The earliest cameras were essentially modified medical devices, similar to those legacy tomography machines you still see at old hospitals. The subject had to have certain chemicals injected into her body and then lie still for a long time in the device’s imaging tunnel until an adequate set of scans of her mental processes could be taken. These were then used to seed AI neural models, which then animated the projections constructed from detailed photographs of her body.
These early attempts were very crude, and the results were described variously as robotic, inhuman, or even comically insane. But even these earliest simulacra preserved something that could not be captured by mere videos or holography. Instead of replaying verbatim what was captured, the animated projection could interact with the viewer in the way that the subject would have.
The oldest simulacrum that still exists is one of myself, now preserved at the Smithsonian. In the first news reports, friends and acquaintances who interacted with it said that although they knew that the image was controlled by a computer, they elicited responses from it that seemed somehow “Paul”: “That’s something only Paul would say” or “That’s a very Paul facial expression.” It was then that I knew I had succeeded.
Anna Larimore:
People find it strange that I, the daughter of the inventor of simulacra, write books about how the world would be better off without them, more authentic. Some have engaged in tiresome pop psychology, suggesting that I am jealous of my “sibling,” the invention of my father that turned out to be his favorite child.

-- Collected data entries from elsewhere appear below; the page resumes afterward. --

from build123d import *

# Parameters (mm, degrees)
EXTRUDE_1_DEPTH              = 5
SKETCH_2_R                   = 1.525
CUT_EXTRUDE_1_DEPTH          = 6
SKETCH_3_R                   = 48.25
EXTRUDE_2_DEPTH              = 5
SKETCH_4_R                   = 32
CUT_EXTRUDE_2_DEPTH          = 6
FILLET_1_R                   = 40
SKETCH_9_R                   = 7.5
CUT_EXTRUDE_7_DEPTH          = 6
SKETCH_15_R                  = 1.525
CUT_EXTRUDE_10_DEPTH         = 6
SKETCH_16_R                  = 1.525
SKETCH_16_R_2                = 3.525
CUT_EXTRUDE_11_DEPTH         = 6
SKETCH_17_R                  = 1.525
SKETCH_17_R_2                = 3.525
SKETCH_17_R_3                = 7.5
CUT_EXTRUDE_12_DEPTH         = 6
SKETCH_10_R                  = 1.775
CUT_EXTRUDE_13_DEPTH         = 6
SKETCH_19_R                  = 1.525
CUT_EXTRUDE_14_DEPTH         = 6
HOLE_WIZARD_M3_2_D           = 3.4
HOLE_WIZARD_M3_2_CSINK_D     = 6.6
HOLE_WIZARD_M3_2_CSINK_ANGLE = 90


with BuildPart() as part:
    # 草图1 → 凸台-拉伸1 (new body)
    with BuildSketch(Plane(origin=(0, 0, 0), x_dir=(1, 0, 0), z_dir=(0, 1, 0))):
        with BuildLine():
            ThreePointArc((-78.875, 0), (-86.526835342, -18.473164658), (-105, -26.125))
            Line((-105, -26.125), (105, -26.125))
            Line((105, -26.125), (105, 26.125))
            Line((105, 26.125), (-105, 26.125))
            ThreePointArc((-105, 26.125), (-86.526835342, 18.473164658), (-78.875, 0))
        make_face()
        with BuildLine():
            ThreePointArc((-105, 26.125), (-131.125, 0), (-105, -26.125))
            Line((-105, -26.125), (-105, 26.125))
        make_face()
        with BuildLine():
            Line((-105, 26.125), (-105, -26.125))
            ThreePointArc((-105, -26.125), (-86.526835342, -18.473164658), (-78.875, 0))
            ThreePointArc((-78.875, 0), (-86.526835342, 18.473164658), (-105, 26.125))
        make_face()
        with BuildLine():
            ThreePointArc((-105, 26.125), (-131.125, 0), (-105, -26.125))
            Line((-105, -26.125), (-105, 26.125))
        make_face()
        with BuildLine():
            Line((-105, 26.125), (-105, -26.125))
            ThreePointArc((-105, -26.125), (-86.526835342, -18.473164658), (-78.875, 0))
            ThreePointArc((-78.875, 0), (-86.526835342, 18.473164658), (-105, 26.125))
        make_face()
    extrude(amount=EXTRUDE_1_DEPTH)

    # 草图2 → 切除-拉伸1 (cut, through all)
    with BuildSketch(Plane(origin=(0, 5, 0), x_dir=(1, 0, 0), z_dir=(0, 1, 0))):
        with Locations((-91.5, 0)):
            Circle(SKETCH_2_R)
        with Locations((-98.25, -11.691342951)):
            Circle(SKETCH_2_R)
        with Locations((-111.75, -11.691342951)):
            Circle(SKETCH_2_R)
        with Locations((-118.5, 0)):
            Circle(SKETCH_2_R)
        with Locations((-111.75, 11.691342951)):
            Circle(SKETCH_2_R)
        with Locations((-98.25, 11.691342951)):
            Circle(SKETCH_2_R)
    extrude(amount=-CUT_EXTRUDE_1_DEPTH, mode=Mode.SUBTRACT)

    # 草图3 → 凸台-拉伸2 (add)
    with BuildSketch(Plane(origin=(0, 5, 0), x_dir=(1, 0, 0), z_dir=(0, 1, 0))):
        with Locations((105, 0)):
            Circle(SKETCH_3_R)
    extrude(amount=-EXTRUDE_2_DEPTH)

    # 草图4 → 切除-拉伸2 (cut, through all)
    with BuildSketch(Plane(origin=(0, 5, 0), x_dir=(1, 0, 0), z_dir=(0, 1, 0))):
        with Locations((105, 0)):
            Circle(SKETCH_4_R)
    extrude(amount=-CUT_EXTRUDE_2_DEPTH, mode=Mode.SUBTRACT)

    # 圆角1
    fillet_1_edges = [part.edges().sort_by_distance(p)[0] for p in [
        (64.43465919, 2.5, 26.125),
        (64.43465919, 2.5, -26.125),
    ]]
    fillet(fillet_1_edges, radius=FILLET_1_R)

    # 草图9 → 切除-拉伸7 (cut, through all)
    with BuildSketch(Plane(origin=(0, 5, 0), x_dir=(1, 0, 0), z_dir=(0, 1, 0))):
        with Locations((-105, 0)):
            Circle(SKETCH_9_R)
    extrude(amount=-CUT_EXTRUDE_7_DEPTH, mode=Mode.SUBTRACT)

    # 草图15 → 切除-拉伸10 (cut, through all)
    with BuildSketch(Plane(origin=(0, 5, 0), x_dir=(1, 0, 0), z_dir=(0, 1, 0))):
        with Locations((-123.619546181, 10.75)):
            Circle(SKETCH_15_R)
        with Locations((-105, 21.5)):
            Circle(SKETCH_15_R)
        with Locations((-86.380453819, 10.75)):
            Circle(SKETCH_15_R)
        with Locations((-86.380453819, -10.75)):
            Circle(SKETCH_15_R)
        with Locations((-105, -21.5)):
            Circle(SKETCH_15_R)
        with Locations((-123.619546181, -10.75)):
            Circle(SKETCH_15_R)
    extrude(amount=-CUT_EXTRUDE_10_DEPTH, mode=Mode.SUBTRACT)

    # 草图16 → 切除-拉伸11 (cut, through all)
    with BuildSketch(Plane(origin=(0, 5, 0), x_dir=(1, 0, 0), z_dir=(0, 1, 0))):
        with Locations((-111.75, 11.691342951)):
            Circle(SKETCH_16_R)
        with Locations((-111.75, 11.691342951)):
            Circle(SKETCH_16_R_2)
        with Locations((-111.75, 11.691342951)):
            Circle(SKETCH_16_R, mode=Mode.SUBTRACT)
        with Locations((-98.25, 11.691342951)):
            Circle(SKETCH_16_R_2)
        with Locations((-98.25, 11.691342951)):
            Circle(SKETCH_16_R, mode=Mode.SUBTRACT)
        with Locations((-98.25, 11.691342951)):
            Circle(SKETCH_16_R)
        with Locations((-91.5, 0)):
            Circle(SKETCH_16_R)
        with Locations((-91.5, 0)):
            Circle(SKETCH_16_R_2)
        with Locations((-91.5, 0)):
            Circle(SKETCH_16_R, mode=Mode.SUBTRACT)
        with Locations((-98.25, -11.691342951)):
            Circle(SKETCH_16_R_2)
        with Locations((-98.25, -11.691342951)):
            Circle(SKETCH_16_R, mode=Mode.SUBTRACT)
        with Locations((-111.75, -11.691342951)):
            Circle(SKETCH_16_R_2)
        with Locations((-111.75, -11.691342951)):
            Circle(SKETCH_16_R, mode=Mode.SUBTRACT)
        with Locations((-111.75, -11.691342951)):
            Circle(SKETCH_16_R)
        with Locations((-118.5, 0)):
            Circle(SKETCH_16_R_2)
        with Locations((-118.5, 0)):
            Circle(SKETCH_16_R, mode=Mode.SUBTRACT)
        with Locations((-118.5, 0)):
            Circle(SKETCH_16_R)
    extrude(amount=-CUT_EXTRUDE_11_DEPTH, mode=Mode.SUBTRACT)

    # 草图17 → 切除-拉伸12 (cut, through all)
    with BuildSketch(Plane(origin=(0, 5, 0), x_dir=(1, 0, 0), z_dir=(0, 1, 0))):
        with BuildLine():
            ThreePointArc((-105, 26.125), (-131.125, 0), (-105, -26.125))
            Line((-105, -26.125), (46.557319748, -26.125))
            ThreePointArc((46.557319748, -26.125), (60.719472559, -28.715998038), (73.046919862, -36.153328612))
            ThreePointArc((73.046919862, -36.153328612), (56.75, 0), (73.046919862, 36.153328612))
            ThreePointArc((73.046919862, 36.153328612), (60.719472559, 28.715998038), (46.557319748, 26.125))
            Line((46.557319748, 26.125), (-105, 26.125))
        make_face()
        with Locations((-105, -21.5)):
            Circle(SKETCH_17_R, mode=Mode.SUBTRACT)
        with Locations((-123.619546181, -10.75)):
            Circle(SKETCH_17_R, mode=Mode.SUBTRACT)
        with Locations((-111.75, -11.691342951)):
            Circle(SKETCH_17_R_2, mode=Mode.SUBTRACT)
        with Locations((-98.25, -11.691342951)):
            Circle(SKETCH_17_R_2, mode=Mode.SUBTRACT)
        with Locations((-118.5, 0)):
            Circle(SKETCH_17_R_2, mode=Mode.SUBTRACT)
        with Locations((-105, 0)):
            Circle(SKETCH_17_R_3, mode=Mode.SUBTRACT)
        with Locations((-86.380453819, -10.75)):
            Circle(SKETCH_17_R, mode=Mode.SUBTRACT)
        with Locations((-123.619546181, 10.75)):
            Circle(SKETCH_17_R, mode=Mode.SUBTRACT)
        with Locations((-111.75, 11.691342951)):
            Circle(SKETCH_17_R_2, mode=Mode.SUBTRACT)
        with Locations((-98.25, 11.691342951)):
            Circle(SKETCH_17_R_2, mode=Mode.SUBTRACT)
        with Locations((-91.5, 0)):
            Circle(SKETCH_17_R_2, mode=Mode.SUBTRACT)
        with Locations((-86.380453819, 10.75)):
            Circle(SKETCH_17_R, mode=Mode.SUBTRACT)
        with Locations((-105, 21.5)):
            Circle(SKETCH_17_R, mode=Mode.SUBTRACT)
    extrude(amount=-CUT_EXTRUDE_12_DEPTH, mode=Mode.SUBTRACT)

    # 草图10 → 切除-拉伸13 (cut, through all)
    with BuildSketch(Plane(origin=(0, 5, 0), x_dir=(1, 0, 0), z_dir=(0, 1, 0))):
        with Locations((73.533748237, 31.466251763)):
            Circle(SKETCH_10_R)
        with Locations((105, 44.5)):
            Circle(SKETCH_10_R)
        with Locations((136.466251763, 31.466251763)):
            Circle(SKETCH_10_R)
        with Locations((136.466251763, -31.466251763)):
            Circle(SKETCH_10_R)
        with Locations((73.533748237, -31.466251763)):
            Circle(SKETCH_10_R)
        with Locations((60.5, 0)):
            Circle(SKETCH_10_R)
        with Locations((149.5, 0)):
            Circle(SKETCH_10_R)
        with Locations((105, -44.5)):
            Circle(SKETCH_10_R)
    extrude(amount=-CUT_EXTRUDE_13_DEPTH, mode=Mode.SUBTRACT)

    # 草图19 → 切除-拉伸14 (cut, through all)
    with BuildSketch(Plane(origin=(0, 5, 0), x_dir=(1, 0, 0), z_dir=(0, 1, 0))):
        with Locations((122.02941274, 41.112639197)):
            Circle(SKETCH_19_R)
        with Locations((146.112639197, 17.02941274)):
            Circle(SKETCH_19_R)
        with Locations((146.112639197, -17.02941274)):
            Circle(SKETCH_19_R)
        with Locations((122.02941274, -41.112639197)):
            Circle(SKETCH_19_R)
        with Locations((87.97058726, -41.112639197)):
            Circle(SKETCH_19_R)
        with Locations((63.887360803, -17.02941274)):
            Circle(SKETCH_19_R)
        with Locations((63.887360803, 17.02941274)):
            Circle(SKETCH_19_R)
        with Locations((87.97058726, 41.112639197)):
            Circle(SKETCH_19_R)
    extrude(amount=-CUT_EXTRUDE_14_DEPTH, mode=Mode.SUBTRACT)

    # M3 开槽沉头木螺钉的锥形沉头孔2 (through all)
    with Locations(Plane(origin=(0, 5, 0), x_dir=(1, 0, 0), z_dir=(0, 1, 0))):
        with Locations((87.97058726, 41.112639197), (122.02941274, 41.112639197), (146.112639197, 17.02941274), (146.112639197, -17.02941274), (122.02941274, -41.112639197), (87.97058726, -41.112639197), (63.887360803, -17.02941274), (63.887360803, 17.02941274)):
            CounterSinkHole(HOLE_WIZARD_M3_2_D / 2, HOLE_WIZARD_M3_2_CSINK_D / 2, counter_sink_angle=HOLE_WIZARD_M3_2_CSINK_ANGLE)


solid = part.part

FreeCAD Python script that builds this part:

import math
import FreeCAD as App
import Part
import Sketcher
Q = App.Units.Quantity


def edges_at(feature, points):
    """Names of the edges that pass closest to the given points."""
    edges = feature.Shape.Edges
    near = lambda p: min(range(len(edges)), key=lambda i: edges[i].distToShape(Part.Vertex(*p))[0])
    return sorted({f"Edge{near(p) + 1}" for p in points})

doc = App.newDocument("Part")
body = doc.addObject("PartDesign::Body", "Body")

sketch1 = body.newObject("Sketcher::SketchObject", "Sketch")
sketch1.AttachmentSupport = (doc.getObject("XZ_Plane"), [""])
sketch1.MapMode = "FlatFace"
sketch1.addGeometry([
    Part.LineSegment(App.Vector(105, 26, 0), App.Vector(105, -26, 0)),
    Part.LineSegment(App.Vector(105, -26, 0), App.Vector(-105, -26, 0)),
    Part.ArcOfCircle(Part.Circle(App.Vector(-105, 0, 0), App.Vector(0, 0, 1), 26), math.radians(90), math.radians(270)),
    Part.LineSegment(App.Vector(-105, 26, 0), App.Vector(105, 26, 0)),
], False)
sketch1.addConstraint([
    Sketcher.Constraint("Coincident", 0, 2, 1, 1),
    Sketcher.Constraint("Tangent", 1, 2, 2, 2),
    Sketcher.Constraint("Tangent", 2, 1, 3, 1),
    Sketcher.Constraint("Coincident", 3, 2, 0, 1),
    Sketcher.Constraint("Vertical", 0),
    Sketcher.Constraint("Horizontal", 1),
    Sketcher.Constraint("Horizontal", 3),
    Sketcher.Constraint("Symmetric", 0, 2, 2, 1, -1, 1),
    Sketcher.Constraint("DistanceX", 1, 2, 1, 1, Q("210 mm")),
    Sketcher.Constraint("Radius", 2, Q("26.125 mm")),
])
pad1 = body.newObject("PartDesign::Pad", "Pad")
pad1.Profile = sketch1
pad1.Length = 5
pad1.Reversed = True

sketch2 = body.newObject("Sketcher::SketchObject", "Sketch001")
sketch2.AttachmentSupport = (doc.getObject("XZ_Plane"), [""])
sketch2.MapMode = "FlatFace"
sketch2.AttachmentOffset = App.Placement(App.Vector(0, 0, -5), App.Rotation())
sketch2.addGeometry([
    Part.Circle(App.Vector(-91.5, 0, 0), App.Vector(0, 0, 1), 1.5),
    Part.Circle(App.Vector(-98.2, 11.7, 0), App.Vector(0, 0, 1), 1.5),
    Part.Circle(App.Vector(-111.8, 11.7, 0), App.Vector(0, 0, 1), 1.5),
    Part.Circle(App.Vector(-118.5, 0, 0), App.Vector(0, 0, 1), 1.5),
    Part.Circle(App.Vector(-111.8, -11.7, 0), App.Vector(0, 0, 1), 1.5),
    Part.Circle(App.Vector(-98.2, -11.7, 0), App.Vector(0, 0, 1), 1.5),
], False)
sketch2.addConstraint([
    Sketcher.Constraint("Equal", 0, 1),
    Sketcher.Constraint("Equal", 1, 2),
    Sketcher.Constraint("Equal", 2, 3),
    Sketcher.Constraint("Equal", 3, 4),
    Sketcher.Constraint("Equal", 4, 5),
    Sketcher.Constraint("Symmetric", 2, 3, 4, 3, -1),
    Sketcher.Constraint("Symmetric", 1, 3, 5, 3, -1),
    Sketcher.Constraint("PointOnObject", 0, 3, -1),
    Sketcher.Constraint("PointOnObject", 3, 3, -1),
    Sketcher.Constraint("Horizontal", 1, 3, 2, 3),
    Sketcher.Constraint("Diameter", 0, Q("3.05 mm")),
    Sketcher.Constraint("DistanceX", 3, 3, 0, 3, Q("27 mm")),
    Sketcher.Constraint("DistanceX", 0, 3, -1, 1, Q("91.5 mm")),
    Sketcher.Constraint("DistanceX", 2, 3, 1, 3, Q("13.5 mm")),
    Sketcher.Constraint("DistanceX", 1, 3, -1, 1, Q("98.25 mm")),
    Sketcher.Constraint("DistanceY", -1, 1, 1, 3, Q("11.691343 mm")),
])
pocket1 = body.newObject("PartDesign::Pocket", "Pocket")
pocket1.Profile = sketch2
pocket1.Type = "ThroughAll"
pocket1.Reversed = True

sketch3 = body.newObject("Sketcher::SketchObject", "Sketch002")
sketch3.AttachmentSupport = (doc.getObject("XZ_Plane"), [""])
sketch3.MapMode = "FlatFace"
sketch3.AttachmentOffset = App.Placement(App.Vector(0, 0, -5), App.Rotation())
sketch3.addGeometry(Part.Circle(App.Vector(105, 0, 0), App.Vector(0, 0, 1), 48), False)
sketch3.addConstraint([
    Sketcher.Constraint("PointOnObject", 0, 3, -1),
    Sketcher.Constraint("Diameter", 0, Q("96.5 mm")),
    Sketcher.Constraint("DistanceX", -1, 1, 0, 3, Q("105 mm")),
])
pad2 = body.newObject("PartDesign::Pad", "Pad001")
pad2.Profile = sketch3
pad2.Length = 5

If only it were so simple.
My father proclaims that he works in the business of capturing reality, of stopping time and preserving memory. But the real attraction of such technology has never been about capturing reality. Photography, videography, holography . . . the progression of such “reality-capturing” technology has been a proliferation of ways to lie about reality, to shape and distort it, to manipulate and fantasize.
People shape and stage the experiences of their lives for the camera, go on vacations with one eye glued to the video camera. The desire to freeze reality is about avoiding reality.
The simulacra are the latest incarnation of this trend, and the worst.
Paul Larimore:
Ever since that day, when she . . . well, I expect that you have already heard about it from her. I will not dispute her version of events.
We have never spoken about that day to each other. What she does not know is that after that afternoon, I destroyed all the simulacra of my old affairs. I kept no backups. I expect that knowing this will not make any difference to her. But I would be grateful if you can pass this knowledge on to her.